Le projet de recherche Yoda, pour Young Onset Digestive Adenocarcinoma, a été lancé il y a un an face à l’augmentation de l’incidence des cancers du sujet jeune (entre 20 et 49 ans). « Il existe un rajeunissement des patients que nous avons en hospitalisation, explique la Dr Alice Boilève, oncologue médicale spécialisée dans les cancers digestifs. Les patients de 30-35 ans, qui étaient jusque-là anecdotiques, représentent désormais parfois un tiers, voire la moitié, des patients hospitalisés dans notre service ». S’il existe un biais de recrutement à Gustave-Roussy, du fait de son statut de centre de référence, « cela reste une évolution démographique observée ces cinq voire sept dernières années », poursuit l’oncologue.
Ce constat est rapporté dans la littérature internationale depuis 2019 environ, mais le rajeunissement des patients atteints de cancers reste sans explications formelles. La majorité des données vient d’outre-Atlantique, les Américains disposant d’une vaste base. « Aux États-Unis, nos confrères observent aussi une augmentation du nombre de cas de cancers, notamment appendice et pancréas, chez les sujets jeunes. Les cas de cancer du côlon sont passés de 11 à 20 % entre 2011 et 2019 », ajoute la Dr Cristina Smolenschi, oncologue médicale également spécialisée dans les cancers digestifs.
Il s’agit plus souvent de cancers métastatiques et de moins bon pronostic
Le projet Yoda s’attache ainsi à rechercher les origines multifactorielles des cancers digestifs du sujet jeune et vise à définir quelles actions peuvent être mises en œuvre pour en diminuer l’incidence.

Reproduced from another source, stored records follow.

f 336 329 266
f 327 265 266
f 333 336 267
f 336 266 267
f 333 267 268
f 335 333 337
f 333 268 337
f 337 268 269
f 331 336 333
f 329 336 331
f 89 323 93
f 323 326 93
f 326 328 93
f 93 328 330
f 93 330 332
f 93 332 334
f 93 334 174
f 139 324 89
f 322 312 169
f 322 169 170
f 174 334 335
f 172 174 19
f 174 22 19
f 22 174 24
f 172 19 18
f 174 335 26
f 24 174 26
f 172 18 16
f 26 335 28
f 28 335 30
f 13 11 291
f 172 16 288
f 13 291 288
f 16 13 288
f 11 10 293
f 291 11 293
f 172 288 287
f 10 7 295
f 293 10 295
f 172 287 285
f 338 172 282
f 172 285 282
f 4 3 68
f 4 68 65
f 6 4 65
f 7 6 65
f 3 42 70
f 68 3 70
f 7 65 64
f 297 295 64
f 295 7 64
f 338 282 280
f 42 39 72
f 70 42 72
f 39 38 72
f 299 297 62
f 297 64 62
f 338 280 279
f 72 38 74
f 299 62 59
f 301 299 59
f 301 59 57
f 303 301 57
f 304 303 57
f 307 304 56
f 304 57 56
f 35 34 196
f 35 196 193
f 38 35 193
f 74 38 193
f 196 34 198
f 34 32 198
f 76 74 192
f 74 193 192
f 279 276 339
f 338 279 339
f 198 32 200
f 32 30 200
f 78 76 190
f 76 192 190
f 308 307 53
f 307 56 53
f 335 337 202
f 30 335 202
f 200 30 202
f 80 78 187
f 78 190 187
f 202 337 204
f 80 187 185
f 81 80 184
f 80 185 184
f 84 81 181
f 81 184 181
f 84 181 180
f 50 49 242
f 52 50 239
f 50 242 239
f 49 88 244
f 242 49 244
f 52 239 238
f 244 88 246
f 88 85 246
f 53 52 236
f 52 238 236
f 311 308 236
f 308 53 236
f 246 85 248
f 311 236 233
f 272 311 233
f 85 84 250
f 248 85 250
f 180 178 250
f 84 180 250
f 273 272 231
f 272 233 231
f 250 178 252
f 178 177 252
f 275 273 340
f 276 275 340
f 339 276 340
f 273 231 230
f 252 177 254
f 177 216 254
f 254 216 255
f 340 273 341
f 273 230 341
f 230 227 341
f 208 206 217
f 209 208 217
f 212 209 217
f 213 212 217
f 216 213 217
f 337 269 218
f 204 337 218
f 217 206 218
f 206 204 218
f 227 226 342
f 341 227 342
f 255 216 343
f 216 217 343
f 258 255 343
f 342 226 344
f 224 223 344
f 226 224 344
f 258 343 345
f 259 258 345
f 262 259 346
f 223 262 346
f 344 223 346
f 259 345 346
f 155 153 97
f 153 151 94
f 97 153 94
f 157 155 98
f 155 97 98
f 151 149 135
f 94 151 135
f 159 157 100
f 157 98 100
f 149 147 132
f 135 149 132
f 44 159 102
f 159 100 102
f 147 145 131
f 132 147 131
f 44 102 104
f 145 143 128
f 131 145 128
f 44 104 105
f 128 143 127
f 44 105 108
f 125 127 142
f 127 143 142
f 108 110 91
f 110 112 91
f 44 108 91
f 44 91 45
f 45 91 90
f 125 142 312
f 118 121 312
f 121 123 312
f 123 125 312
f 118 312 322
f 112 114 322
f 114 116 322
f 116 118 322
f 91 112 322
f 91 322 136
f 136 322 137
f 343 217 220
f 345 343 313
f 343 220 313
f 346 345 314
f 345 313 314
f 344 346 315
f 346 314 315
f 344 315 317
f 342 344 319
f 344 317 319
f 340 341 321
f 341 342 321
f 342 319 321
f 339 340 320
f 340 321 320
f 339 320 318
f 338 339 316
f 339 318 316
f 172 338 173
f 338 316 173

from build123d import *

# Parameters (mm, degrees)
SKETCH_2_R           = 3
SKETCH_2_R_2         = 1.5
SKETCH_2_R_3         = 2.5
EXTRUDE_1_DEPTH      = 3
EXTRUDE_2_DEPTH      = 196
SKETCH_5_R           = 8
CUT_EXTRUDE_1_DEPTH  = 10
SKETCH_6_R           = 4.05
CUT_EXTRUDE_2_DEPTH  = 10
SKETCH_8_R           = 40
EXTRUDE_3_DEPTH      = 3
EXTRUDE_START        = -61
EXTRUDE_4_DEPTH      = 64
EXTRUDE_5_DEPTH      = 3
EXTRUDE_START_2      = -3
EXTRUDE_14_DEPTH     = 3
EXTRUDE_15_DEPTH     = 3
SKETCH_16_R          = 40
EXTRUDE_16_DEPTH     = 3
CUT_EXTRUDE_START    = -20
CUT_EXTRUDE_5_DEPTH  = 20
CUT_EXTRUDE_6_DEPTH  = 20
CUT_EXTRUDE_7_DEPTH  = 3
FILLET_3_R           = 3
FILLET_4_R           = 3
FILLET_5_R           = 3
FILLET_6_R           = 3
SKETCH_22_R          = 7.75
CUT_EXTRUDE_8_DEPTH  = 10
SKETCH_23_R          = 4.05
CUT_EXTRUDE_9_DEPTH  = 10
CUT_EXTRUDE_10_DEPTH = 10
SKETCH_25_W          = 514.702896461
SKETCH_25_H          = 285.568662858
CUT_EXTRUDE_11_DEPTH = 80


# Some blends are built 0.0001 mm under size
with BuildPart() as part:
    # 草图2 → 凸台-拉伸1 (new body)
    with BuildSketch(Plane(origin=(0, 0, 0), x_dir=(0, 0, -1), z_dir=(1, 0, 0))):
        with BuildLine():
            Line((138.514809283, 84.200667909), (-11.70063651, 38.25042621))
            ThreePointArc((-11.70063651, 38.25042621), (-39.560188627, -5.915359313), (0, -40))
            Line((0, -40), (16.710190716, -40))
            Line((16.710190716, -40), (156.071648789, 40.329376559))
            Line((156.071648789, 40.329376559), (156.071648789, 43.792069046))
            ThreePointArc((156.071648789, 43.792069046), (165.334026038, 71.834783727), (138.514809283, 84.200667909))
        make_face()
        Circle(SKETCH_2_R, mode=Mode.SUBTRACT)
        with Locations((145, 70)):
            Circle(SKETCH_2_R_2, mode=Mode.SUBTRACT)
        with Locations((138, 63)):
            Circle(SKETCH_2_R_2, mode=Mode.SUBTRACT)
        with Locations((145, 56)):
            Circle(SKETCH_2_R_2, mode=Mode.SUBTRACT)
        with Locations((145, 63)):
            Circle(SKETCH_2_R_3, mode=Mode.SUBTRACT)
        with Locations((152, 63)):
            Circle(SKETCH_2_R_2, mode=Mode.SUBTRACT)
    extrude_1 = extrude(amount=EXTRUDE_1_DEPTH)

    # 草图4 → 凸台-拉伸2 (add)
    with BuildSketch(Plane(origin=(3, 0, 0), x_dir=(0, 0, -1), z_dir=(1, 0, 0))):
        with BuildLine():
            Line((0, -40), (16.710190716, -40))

Ceci d’autant plus qu’il s’agit de cancers souvent métastatiques et/ou de plus mauvais pronostic. « Nous notons une moyenne d’un à deux ans d’espérance de vie pour le cancer du pancréas ou le cancer colorectal au stade métastatique », déplore la Dr Alice Boilève.
Ainsi, l’équipe de Yoda a adopté une double approche pour ses recherches. Tout d’abord rétrospective, en collectant des données cliniques des patients et de transcriptome. Puis prospective multicentrique, en récoltant des échantillons de tumeurs, de cheveux (dosage de pesticides), de sang et de plasma, de selles et d’urines (microbiote), et en proposant des questionnaires sur les habitudes de vie et d’alimentation, et l’exposome (tabac, alcool, milieu rural ou urbain, pollution…), chez des sujets jeunes (20-49 ans) et des moins jeunes (65-70 ans) pour la comparaison.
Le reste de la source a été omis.